» Work instructions
Look through the data below and return each line where "Mode" appears.

» Saved entries
--- START ---

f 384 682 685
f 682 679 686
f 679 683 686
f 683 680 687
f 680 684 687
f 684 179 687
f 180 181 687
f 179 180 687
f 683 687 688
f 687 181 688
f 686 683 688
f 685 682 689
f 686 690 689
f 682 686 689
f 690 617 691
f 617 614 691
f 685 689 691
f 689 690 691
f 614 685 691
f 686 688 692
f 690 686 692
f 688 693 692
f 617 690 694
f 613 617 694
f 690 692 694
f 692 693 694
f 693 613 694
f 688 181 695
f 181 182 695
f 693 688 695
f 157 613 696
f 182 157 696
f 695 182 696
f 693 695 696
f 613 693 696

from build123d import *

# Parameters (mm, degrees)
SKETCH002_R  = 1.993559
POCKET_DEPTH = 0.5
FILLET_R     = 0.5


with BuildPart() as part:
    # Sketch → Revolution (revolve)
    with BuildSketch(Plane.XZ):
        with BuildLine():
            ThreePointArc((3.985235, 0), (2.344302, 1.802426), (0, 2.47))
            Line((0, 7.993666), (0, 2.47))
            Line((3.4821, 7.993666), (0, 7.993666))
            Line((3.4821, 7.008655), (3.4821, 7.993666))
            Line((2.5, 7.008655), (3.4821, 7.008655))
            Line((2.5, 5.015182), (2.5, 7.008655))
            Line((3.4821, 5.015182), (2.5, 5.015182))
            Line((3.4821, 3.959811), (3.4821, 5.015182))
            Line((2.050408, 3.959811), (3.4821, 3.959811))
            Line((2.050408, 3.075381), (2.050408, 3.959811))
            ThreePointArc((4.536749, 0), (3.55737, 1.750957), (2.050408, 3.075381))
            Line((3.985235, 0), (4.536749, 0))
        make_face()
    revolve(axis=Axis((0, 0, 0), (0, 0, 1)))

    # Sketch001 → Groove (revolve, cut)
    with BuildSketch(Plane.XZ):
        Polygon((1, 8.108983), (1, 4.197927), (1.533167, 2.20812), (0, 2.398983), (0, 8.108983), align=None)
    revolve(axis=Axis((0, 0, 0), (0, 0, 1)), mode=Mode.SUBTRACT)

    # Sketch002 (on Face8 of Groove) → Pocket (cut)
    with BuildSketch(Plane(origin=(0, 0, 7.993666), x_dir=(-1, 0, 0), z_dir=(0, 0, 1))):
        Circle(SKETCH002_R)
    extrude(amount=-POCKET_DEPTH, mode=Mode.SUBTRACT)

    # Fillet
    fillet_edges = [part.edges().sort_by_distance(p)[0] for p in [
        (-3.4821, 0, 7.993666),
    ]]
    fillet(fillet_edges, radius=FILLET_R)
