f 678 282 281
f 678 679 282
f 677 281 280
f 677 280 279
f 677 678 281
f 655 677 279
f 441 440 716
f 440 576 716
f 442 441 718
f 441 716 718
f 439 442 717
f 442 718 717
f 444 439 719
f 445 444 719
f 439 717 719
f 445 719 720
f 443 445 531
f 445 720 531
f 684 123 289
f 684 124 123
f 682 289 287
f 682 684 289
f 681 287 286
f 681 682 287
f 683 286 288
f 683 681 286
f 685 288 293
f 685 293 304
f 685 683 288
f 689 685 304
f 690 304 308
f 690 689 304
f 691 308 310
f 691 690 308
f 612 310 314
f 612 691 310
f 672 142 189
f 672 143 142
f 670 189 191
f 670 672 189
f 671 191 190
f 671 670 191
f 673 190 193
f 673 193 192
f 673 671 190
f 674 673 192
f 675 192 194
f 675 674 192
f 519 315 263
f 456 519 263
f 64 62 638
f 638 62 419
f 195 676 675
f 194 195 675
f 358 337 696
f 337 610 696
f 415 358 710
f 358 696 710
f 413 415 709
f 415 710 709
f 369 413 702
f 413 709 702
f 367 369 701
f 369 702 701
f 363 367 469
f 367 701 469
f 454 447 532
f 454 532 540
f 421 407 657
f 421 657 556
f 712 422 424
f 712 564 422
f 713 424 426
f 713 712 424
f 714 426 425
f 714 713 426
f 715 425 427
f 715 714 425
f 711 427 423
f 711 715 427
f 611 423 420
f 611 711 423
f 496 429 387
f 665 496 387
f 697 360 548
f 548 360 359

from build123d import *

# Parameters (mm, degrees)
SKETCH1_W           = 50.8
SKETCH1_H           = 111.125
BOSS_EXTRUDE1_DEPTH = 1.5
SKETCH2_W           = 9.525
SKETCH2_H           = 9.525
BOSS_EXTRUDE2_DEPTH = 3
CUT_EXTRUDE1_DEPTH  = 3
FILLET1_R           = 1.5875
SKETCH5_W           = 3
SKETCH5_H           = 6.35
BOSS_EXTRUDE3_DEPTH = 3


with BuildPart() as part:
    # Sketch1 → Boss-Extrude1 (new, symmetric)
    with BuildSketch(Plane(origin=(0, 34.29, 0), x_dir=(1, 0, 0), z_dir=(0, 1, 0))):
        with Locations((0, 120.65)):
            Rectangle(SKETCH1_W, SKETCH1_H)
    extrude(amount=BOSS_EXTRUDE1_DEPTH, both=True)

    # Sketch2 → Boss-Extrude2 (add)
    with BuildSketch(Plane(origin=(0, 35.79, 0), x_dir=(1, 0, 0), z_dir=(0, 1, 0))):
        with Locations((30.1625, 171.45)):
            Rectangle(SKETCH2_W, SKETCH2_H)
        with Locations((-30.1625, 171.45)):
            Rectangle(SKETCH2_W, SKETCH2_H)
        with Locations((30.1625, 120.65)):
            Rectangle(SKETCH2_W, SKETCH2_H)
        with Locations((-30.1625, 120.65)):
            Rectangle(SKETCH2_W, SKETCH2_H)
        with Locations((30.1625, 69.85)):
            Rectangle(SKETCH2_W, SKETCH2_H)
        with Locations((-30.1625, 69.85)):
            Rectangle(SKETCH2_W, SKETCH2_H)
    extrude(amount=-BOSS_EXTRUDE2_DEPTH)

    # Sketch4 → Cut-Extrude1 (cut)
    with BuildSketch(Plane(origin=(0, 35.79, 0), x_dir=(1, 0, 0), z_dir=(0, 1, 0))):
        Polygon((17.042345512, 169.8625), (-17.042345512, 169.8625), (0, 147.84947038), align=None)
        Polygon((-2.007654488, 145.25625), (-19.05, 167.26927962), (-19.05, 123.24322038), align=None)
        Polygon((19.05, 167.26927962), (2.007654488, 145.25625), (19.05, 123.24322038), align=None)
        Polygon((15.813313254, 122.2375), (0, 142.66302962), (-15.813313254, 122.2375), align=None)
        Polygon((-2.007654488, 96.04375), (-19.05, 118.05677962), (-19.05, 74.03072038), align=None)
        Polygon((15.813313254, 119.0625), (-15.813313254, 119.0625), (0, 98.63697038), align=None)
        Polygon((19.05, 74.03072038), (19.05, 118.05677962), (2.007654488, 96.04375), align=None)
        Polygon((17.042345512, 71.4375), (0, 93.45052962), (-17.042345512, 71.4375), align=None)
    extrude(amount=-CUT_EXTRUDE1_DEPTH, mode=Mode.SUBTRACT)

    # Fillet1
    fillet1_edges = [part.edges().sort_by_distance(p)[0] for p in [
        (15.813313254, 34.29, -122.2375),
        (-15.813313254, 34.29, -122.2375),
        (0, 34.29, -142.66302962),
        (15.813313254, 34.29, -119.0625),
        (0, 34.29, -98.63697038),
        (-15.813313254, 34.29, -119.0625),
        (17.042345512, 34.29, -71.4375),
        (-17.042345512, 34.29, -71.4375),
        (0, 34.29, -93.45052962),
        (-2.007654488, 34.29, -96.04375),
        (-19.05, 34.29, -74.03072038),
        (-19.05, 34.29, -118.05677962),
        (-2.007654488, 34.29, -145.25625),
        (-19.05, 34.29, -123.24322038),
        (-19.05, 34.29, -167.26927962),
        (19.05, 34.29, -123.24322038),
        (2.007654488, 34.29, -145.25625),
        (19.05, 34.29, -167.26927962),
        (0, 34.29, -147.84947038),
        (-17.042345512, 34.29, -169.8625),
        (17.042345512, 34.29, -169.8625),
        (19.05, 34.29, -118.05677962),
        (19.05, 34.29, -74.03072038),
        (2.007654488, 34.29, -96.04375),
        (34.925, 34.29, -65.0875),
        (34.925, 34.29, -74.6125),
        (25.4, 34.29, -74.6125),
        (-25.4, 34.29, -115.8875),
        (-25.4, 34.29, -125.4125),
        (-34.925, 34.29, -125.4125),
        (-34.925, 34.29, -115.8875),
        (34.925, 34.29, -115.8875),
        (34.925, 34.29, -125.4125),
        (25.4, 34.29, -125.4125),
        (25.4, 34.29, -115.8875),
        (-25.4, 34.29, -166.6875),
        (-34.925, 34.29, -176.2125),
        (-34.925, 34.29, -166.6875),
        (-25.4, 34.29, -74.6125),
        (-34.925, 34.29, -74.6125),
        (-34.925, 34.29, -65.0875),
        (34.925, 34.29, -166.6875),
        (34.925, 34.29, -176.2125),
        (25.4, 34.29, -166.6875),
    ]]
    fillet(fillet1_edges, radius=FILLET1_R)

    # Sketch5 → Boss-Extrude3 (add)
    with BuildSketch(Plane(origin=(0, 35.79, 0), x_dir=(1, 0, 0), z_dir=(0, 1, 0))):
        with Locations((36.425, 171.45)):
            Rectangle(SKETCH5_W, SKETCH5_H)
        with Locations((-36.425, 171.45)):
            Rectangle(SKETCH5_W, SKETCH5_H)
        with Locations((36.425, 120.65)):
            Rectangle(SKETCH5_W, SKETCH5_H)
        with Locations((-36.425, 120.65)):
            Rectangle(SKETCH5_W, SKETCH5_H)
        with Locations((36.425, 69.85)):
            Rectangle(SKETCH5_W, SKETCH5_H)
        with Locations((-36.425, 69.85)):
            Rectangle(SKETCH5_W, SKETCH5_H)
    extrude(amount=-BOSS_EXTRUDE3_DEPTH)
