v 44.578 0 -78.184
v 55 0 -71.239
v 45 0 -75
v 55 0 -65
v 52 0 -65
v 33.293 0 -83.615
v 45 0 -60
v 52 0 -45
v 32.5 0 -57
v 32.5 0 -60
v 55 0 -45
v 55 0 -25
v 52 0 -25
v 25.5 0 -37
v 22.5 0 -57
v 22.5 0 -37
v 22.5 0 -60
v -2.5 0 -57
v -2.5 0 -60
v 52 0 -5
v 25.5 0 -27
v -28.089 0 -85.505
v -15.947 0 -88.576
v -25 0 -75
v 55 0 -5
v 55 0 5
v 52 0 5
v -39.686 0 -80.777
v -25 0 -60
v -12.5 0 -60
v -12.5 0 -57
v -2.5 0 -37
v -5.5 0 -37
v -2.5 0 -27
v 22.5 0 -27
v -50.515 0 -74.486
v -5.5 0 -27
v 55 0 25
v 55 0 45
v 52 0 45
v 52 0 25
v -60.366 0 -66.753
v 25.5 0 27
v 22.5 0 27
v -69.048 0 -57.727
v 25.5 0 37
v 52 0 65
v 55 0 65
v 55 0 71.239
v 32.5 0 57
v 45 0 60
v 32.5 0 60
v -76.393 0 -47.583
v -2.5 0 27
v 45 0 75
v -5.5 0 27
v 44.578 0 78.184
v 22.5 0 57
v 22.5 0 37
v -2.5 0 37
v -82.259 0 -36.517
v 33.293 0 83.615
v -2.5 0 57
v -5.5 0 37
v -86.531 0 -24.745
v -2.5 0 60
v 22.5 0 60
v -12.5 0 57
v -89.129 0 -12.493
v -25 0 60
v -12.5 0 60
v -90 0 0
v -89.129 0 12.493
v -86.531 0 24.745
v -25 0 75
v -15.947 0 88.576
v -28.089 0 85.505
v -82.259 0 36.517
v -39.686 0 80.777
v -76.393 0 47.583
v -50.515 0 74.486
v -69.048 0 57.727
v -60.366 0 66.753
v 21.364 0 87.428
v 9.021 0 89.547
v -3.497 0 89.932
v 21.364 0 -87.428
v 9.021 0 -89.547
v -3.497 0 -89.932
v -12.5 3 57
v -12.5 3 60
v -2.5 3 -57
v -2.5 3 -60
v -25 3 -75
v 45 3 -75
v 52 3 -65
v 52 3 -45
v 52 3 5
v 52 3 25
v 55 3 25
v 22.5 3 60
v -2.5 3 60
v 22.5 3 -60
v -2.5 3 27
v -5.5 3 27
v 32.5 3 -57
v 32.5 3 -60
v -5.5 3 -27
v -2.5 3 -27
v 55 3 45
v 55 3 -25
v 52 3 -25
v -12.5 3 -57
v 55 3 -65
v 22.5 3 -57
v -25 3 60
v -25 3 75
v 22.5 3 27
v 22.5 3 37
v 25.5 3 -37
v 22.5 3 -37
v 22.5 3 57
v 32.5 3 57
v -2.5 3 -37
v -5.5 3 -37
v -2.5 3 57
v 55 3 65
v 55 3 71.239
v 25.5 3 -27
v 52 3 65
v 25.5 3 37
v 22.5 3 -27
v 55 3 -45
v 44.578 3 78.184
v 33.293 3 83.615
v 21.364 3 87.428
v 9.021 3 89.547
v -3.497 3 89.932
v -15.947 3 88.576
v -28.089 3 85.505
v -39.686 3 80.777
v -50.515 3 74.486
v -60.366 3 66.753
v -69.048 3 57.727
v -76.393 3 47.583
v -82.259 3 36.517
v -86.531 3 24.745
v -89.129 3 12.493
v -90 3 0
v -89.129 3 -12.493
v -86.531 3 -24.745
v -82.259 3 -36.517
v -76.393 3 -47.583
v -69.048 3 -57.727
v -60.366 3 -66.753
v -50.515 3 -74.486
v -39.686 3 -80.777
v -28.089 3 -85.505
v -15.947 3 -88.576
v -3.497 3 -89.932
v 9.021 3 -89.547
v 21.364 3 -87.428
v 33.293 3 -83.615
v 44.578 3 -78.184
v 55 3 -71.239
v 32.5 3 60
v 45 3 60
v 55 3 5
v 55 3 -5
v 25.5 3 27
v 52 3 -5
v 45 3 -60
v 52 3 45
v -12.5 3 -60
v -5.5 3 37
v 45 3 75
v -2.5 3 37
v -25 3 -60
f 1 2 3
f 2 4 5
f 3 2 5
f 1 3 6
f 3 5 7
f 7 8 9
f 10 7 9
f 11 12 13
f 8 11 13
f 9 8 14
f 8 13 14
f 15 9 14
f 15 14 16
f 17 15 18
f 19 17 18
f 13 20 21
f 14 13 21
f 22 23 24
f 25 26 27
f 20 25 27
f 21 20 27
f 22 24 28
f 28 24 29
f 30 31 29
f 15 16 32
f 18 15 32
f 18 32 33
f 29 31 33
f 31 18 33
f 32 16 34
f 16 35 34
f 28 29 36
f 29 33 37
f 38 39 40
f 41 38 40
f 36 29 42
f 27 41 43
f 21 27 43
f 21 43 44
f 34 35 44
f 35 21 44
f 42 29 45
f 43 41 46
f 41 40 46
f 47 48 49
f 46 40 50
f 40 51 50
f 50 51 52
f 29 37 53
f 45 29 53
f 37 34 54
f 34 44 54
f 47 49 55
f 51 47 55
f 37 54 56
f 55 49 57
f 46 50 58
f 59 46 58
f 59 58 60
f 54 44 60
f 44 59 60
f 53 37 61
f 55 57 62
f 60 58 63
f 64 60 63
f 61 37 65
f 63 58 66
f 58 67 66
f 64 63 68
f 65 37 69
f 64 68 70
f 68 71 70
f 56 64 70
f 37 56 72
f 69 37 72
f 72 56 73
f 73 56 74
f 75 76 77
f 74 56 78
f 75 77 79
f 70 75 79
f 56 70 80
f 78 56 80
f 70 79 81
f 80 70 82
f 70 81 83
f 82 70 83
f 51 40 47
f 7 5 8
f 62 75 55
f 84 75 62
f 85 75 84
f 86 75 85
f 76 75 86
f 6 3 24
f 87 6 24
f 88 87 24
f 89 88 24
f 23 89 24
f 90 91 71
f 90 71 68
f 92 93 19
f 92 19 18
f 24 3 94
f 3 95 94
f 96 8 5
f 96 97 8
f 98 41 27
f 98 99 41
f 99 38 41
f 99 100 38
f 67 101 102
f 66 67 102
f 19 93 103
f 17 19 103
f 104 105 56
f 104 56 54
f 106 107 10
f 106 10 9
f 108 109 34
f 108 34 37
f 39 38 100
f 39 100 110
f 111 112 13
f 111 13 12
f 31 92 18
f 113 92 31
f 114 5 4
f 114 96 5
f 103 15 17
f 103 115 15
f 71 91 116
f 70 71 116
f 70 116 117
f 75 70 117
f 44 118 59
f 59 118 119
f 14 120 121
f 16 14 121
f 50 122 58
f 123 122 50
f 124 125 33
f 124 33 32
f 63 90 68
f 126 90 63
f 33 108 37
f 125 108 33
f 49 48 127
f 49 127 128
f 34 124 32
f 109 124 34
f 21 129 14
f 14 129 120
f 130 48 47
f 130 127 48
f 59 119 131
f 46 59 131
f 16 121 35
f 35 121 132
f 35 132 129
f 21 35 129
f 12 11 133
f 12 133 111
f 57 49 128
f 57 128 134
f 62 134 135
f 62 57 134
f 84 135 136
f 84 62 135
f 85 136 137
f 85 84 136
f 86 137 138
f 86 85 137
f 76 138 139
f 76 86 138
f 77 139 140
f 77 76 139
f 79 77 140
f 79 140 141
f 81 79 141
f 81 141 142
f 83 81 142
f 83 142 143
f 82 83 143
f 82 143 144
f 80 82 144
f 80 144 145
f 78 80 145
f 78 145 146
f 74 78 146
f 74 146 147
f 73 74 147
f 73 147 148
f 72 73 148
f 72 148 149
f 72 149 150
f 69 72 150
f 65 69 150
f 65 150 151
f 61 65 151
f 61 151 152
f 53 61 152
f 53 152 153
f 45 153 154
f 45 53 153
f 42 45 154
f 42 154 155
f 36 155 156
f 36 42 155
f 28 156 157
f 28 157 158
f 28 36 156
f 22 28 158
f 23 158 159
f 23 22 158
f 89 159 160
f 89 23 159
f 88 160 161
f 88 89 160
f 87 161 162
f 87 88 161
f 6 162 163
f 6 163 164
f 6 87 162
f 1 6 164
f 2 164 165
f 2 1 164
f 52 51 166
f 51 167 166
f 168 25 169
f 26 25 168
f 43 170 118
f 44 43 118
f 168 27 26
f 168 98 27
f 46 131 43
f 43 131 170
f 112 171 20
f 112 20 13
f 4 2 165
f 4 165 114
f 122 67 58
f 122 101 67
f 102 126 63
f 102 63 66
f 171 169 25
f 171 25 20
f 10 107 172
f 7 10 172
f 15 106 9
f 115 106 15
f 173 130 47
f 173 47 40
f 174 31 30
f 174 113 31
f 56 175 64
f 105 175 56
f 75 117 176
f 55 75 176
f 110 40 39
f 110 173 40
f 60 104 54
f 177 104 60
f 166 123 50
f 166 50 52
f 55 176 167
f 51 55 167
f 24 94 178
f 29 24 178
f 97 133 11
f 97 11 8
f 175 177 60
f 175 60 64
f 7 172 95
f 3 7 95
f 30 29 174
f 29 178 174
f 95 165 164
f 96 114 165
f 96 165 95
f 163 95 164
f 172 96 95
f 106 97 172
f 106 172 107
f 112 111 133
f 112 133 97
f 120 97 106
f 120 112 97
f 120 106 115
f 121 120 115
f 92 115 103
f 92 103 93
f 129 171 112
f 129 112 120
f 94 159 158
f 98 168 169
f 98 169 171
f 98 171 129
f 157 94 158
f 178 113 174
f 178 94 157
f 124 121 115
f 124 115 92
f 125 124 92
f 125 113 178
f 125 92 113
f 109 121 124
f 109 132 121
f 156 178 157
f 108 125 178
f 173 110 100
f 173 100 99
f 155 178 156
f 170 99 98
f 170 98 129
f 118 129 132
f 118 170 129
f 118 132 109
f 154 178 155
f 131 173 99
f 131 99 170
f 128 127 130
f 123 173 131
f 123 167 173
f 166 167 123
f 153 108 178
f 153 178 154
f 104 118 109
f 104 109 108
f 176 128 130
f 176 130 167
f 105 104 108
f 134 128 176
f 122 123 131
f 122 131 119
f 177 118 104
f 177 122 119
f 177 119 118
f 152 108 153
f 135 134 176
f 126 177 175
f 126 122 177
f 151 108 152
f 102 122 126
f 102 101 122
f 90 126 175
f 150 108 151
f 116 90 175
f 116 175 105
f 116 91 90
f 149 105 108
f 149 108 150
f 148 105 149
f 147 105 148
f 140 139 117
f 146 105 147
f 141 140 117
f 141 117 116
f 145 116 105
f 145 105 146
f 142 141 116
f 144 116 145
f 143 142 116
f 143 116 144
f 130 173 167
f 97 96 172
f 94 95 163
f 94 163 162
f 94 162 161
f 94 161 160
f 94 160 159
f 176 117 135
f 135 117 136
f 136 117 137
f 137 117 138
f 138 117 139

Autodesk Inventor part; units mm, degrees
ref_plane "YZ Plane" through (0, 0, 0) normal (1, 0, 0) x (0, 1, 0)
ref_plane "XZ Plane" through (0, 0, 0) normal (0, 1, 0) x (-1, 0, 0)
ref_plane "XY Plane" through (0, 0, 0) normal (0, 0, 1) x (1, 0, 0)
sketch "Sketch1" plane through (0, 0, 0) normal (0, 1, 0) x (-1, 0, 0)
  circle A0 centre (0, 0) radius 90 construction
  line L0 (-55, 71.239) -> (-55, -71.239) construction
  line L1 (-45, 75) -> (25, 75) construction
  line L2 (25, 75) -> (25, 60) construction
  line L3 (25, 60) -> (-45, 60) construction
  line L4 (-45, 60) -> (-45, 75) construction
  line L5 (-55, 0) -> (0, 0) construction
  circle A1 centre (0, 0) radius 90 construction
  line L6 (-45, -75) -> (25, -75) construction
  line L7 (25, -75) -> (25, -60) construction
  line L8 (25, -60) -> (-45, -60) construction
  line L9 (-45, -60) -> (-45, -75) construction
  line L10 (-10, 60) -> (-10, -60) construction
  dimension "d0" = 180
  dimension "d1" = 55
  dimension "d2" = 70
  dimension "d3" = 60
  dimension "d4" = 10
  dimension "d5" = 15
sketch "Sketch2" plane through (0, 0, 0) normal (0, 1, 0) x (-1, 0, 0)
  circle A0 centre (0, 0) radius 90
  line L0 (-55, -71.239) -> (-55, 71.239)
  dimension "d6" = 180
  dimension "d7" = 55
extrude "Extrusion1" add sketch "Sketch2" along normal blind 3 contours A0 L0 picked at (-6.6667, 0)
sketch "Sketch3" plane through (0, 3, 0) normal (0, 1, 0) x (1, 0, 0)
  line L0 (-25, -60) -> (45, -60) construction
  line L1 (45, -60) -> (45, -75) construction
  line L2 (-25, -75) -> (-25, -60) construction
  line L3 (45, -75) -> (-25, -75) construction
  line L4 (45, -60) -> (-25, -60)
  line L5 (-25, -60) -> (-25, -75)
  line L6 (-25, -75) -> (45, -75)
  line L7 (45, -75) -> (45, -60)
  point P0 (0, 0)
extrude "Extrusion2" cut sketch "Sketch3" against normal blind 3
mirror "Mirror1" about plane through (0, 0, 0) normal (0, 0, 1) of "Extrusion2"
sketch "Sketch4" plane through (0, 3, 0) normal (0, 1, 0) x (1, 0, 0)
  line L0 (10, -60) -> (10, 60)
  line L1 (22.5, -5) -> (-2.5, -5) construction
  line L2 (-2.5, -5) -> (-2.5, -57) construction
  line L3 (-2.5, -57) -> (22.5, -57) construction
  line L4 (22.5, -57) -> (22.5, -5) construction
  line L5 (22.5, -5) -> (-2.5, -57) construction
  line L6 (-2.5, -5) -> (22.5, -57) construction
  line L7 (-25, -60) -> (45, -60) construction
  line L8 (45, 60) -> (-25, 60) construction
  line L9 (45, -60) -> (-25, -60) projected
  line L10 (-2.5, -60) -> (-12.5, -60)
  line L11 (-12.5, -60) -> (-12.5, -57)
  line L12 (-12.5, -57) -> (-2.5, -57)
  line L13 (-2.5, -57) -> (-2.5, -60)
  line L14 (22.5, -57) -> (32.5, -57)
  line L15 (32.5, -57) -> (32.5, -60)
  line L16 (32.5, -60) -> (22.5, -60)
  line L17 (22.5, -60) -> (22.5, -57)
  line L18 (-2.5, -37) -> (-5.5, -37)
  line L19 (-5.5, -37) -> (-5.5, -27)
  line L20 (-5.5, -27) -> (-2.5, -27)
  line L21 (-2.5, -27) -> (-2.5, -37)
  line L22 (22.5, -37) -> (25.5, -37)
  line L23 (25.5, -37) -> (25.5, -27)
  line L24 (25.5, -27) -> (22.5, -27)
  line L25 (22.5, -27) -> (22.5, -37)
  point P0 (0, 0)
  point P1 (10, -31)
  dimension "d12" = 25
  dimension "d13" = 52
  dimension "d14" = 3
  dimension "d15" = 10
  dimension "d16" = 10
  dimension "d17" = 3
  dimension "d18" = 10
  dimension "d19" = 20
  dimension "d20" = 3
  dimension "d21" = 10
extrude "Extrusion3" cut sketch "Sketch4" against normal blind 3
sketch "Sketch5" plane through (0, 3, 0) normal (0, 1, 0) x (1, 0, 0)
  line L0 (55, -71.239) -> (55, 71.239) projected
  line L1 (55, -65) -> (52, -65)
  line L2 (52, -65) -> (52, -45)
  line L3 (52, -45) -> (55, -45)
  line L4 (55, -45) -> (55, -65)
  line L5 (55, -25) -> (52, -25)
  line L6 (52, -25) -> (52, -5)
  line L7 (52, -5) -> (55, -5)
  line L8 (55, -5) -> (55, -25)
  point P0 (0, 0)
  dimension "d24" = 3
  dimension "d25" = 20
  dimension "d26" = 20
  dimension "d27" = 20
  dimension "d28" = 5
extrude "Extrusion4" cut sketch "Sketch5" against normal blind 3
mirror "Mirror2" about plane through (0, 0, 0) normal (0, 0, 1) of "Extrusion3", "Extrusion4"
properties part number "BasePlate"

--- END ---

» Reply to the exercise
    revolve(axis=Axis((0, 0, 0), (0, 0, 1)), mode=Mode.SUBTRACT)
    extrude(amount=-POCKET_DEPTH, mode=Mode.SUBTRACT)
    extrude(amount=-CUT_EXTRUDE1_DEPTH, mode=Mode.SUBTRACT)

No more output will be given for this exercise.